### Work required
From the records below, extract only the lines running from the line with "v 1.031 -19.022 12.7" to the line with "v -3.67 6.357 12.7", both lines included, reproducing them exactly.
**********
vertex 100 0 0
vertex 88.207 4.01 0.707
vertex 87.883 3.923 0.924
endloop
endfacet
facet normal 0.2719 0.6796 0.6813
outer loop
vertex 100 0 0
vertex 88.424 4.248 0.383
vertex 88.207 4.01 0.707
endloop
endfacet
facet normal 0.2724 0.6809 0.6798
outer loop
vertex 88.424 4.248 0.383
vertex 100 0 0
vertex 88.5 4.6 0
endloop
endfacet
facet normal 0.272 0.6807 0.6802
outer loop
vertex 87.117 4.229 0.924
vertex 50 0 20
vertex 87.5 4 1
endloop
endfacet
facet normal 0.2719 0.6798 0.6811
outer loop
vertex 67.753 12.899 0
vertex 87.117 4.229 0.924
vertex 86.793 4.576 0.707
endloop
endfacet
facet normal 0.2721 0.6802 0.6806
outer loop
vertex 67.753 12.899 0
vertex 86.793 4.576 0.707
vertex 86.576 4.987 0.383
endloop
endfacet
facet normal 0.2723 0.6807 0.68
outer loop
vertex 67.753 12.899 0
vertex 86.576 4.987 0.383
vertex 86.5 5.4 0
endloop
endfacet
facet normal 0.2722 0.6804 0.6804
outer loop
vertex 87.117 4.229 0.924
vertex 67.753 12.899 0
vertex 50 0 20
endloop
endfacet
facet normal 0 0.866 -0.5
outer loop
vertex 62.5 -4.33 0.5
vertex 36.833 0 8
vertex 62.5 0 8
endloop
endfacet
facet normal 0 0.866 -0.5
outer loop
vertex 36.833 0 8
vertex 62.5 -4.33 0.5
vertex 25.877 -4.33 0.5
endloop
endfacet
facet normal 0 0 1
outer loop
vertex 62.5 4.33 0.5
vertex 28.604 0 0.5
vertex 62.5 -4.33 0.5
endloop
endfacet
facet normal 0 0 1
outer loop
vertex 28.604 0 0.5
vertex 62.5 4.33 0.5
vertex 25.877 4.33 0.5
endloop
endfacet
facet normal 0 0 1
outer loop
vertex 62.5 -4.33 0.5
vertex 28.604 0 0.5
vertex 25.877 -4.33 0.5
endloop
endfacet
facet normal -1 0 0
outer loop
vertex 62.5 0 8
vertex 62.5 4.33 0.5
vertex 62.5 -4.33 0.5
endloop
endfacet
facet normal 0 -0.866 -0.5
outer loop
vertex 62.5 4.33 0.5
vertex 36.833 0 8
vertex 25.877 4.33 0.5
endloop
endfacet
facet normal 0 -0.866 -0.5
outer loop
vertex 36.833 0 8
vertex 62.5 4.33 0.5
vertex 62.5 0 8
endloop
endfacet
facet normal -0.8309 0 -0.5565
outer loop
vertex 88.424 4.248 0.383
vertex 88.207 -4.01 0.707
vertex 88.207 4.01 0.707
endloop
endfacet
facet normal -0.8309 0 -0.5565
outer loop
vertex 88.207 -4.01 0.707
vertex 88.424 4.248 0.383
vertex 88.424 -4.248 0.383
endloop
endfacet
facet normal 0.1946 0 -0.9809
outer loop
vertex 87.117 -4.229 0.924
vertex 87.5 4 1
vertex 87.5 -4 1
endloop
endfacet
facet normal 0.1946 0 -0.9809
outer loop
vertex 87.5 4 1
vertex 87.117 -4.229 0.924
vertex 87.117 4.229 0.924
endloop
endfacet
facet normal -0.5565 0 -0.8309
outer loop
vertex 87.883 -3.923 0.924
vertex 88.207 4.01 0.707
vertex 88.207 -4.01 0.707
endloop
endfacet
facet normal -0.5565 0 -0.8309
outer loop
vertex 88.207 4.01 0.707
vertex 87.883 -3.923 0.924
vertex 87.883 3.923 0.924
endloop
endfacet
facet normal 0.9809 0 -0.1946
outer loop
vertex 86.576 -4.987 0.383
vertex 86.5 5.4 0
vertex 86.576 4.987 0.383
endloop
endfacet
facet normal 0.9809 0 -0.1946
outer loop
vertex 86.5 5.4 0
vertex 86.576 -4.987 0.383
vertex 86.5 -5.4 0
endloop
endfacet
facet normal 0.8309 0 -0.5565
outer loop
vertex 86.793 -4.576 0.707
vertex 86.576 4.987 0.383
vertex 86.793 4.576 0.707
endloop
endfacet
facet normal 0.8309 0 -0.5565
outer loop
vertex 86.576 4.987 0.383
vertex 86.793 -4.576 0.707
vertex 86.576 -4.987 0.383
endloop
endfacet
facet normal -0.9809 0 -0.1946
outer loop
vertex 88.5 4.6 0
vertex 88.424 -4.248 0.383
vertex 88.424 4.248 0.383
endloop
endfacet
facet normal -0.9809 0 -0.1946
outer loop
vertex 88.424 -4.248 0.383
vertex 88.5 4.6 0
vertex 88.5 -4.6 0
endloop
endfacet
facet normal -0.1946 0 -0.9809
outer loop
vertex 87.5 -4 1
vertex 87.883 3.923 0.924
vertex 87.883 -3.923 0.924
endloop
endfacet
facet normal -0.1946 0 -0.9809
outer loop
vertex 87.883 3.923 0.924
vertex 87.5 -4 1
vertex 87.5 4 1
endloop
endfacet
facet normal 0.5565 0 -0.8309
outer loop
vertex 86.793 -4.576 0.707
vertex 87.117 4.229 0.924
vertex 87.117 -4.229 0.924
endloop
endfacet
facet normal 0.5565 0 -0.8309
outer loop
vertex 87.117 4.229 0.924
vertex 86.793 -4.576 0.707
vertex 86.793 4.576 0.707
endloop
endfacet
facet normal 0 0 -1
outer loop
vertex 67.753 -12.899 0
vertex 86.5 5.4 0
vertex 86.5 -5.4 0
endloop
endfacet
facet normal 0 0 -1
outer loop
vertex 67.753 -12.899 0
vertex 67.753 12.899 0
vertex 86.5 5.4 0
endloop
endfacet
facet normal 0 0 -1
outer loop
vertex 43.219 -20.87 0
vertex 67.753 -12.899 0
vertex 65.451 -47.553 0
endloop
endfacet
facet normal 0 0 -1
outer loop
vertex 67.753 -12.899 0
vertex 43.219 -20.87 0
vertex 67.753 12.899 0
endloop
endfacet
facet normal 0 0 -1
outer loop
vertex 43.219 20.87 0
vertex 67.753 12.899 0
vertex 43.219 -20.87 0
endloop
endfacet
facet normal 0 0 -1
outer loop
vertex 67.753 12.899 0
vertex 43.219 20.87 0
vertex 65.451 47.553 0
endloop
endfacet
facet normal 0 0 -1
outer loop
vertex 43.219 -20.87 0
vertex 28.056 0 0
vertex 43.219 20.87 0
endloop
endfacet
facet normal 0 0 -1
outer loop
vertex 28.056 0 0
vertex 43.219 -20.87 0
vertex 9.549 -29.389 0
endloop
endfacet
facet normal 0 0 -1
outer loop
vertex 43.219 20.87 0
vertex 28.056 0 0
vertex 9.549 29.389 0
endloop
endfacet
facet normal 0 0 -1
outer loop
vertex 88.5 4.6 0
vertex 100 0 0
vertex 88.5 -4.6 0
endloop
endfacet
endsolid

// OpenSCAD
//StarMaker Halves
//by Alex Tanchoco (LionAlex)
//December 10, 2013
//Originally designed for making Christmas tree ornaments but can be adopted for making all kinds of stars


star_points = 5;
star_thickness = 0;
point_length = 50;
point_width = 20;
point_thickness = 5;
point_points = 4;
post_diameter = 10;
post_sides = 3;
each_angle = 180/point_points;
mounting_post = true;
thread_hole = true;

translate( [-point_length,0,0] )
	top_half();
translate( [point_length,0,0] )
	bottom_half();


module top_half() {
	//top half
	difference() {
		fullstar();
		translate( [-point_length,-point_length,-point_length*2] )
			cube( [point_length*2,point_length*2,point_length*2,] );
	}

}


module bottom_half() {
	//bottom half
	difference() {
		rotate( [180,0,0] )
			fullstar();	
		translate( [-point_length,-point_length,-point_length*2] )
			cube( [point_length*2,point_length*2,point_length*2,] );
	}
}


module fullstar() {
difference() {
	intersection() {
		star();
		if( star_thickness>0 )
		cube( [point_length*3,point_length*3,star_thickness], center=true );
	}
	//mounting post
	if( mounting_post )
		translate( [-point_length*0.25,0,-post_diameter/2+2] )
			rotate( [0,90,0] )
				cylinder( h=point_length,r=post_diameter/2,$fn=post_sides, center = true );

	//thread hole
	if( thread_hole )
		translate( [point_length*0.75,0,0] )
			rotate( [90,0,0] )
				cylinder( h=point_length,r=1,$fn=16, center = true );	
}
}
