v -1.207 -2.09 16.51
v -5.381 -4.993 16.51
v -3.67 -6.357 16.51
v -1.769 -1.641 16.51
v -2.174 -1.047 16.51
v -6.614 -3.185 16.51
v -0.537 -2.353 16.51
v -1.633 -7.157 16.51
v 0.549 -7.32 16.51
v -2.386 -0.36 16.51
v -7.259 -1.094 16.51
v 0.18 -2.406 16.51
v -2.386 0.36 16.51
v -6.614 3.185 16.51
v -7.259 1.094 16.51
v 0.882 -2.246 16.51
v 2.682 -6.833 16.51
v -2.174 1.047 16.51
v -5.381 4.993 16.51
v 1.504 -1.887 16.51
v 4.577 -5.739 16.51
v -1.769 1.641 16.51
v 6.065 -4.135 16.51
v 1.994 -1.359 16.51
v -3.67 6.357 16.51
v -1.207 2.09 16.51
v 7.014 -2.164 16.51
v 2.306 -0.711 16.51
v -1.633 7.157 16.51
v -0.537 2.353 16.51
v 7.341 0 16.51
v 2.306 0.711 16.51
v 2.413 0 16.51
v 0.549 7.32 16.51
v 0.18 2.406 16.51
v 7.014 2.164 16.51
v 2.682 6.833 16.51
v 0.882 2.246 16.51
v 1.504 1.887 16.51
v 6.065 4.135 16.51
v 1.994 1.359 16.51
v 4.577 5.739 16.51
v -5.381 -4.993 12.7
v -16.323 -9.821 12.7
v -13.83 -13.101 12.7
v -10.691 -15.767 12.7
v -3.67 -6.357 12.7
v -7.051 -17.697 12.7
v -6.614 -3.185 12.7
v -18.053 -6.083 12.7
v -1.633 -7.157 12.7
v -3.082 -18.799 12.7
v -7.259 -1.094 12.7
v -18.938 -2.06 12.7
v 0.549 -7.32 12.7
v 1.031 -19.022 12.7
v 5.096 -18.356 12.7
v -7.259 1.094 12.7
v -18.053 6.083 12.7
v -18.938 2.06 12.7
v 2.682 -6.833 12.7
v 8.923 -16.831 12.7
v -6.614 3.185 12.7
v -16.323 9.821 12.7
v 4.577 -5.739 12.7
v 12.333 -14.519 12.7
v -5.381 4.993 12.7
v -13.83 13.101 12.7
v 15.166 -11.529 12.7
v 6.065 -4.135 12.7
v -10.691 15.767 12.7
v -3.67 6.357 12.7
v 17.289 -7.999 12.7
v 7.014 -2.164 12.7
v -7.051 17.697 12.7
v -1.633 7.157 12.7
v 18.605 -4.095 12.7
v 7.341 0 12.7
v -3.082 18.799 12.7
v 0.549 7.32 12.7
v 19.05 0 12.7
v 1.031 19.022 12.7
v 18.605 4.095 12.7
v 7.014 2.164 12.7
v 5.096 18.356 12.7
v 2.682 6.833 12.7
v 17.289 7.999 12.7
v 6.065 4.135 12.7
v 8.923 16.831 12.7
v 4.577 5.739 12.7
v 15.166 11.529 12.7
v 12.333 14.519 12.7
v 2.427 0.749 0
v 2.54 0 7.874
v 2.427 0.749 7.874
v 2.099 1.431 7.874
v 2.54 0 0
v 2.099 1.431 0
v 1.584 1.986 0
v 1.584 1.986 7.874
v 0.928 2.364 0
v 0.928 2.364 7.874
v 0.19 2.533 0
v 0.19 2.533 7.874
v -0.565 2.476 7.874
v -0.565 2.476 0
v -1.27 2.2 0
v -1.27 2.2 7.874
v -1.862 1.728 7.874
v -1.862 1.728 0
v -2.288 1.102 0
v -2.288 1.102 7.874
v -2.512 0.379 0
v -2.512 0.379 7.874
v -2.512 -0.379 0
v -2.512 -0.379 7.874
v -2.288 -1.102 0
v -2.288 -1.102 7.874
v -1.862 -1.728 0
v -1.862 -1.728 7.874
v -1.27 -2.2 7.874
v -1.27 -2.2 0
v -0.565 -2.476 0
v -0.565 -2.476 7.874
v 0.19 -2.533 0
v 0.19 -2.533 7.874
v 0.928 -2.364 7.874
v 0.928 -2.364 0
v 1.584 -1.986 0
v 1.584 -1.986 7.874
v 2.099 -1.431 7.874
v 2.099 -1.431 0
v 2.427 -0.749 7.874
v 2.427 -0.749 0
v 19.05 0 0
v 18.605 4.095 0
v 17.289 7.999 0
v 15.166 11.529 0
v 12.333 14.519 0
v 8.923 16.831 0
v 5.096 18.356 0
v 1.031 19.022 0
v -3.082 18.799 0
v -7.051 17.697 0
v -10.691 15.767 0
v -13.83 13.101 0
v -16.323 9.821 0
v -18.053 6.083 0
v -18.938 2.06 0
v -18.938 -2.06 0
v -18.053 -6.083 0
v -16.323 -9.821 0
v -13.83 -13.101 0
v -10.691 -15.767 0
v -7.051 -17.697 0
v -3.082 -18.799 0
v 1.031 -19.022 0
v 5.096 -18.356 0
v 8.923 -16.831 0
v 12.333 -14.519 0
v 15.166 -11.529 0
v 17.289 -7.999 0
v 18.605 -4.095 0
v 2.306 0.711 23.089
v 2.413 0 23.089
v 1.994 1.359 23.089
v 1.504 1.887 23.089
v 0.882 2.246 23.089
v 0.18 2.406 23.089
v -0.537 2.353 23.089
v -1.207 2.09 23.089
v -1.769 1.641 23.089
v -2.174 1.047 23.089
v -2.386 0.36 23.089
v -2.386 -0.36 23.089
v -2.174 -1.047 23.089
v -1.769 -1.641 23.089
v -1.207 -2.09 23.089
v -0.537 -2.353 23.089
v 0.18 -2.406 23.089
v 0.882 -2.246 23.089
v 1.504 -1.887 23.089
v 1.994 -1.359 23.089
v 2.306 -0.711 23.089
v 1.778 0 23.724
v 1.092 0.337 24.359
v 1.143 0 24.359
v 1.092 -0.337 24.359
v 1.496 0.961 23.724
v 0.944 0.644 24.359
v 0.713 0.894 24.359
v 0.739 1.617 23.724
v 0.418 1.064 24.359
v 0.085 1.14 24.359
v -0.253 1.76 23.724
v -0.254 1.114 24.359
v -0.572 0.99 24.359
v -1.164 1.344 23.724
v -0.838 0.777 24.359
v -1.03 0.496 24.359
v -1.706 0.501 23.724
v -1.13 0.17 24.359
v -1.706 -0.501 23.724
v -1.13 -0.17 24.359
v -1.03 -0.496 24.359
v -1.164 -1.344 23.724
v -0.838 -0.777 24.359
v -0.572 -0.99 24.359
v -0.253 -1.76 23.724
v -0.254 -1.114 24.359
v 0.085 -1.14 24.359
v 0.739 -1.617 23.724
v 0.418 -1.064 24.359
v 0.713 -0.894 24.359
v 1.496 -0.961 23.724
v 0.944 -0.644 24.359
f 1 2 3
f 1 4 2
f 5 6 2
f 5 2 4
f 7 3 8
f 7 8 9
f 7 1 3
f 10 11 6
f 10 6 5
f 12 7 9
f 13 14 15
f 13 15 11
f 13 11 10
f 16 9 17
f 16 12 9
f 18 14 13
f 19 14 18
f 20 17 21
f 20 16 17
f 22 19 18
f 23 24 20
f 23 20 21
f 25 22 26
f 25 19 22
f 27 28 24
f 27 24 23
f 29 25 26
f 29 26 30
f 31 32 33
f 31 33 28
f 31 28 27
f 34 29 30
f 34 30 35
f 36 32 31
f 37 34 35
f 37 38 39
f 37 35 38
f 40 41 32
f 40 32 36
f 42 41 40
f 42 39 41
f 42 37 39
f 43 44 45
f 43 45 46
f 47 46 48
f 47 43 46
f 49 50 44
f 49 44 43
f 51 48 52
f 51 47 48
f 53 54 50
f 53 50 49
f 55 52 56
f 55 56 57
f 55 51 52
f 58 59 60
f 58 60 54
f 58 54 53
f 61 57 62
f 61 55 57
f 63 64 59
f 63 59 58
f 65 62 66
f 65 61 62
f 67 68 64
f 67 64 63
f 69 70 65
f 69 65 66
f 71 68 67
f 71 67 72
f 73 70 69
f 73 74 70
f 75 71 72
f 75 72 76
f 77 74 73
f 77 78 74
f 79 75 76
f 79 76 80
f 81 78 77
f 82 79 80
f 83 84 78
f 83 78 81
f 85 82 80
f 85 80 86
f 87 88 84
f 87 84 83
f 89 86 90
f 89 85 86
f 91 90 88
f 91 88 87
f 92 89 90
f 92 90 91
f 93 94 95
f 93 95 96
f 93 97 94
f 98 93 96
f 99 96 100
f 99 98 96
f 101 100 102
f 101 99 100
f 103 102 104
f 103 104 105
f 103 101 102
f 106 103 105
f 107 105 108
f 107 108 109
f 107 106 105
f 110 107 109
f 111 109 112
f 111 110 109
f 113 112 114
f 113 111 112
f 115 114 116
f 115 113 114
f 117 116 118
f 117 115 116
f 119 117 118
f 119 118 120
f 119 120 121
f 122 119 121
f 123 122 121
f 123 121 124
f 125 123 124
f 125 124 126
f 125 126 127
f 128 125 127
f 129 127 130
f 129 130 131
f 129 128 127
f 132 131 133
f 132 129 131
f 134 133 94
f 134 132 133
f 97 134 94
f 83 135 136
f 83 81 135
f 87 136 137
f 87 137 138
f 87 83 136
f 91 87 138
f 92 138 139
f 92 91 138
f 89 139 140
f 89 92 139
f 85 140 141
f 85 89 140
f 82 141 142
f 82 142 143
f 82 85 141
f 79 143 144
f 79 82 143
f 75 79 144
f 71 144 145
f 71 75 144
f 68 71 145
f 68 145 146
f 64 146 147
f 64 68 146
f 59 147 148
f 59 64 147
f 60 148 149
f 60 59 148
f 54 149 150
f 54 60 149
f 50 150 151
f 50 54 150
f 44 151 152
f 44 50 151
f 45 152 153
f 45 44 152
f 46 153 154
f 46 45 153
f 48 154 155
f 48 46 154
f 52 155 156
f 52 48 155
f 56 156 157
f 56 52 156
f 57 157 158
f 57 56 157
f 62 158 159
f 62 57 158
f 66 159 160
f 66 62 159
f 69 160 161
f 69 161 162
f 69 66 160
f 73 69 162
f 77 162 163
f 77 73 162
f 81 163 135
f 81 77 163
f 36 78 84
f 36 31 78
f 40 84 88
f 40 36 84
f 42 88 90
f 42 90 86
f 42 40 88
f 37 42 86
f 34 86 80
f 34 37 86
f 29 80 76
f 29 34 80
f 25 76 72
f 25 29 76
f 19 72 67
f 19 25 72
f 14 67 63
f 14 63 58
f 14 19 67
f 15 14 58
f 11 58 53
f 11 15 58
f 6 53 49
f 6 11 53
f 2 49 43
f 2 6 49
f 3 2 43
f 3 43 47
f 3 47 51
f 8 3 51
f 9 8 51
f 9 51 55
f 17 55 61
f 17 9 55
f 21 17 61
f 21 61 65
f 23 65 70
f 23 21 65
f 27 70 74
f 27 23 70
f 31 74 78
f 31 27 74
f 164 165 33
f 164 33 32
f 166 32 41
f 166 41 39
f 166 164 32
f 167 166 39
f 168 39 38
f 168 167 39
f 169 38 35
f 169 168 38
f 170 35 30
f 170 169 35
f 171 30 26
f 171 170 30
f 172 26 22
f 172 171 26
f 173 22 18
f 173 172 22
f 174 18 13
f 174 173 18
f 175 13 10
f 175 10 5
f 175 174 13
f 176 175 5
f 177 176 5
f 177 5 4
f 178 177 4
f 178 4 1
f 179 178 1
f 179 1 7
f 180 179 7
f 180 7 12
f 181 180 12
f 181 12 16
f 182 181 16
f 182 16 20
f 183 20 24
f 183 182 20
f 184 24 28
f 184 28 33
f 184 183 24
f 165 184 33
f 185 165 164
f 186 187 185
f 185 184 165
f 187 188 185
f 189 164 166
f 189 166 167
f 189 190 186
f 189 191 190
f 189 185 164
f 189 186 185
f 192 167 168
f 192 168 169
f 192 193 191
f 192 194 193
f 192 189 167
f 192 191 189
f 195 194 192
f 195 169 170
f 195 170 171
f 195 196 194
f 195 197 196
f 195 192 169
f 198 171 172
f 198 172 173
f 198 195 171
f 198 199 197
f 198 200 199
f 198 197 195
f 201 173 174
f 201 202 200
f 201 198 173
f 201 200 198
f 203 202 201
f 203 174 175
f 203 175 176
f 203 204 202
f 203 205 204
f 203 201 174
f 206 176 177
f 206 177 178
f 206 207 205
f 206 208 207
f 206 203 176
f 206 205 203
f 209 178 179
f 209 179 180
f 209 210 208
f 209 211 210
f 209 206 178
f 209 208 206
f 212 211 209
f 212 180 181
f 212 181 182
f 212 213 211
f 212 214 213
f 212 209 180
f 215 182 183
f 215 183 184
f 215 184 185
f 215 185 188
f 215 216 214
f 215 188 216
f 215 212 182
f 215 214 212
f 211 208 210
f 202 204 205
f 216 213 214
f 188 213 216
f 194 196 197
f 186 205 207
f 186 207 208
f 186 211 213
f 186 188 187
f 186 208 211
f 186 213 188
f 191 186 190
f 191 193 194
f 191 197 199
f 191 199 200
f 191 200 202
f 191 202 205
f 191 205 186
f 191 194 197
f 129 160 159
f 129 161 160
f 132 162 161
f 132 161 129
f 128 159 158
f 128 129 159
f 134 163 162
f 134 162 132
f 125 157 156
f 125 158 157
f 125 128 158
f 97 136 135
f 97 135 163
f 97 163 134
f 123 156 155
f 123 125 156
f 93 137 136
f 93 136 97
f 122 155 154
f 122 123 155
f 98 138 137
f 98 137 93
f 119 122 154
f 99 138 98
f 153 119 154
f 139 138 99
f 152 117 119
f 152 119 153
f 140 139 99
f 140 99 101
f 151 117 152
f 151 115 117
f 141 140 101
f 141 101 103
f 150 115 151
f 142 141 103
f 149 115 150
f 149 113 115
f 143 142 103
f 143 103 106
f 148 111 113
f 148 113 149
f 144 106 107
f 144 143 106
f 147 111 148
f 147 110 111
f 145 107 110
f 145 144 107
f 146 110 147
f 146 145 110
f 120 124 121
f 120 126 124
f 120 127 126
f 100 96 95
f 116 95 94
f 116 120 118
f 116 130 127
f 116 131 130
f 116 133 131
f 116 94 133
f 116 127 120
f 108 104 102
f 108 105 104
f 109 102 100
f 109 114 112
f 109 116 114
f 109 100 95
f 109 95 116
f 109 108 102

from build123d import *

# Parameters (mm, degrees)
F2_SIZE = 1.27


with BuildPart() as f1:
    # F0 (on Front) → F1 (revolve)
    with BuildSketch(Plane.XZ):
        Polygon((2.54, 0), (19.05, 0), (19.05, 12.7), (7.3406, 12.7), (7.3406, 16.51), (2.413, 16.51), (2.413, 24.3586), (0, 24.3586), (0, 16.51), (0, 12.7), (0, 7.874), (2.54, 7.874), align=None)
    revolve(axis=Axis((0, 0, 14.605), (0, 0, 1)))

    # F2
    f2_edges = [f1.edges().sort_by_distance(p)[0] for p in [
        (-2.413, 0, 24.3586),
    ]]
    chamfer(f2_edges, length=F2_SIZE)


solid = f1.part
**********
### Result of this task
v 1.031 -19.022 12.7
v 5.096 -18.356 12.7
v -7.259 1.094 12.7
v -18.053 6.083 12.7
v -18.938 2.06 12.7
v 2.682 -6.833 12.7
v 8.923 -16.831 12.7
v -6.614 3.185 12.7
v -16.323 9.821 12.7
v 4.577 -5.739 12.7
v 12.333 -14.519 12.7
v -5.381 4.993 12.7
v -13.83 13.101 12.7
v 15.166 -11.529 12.7
v 6.065 -4.135 12.7
v -10.691 15.767 12.7
v -3.67 6.357 12.7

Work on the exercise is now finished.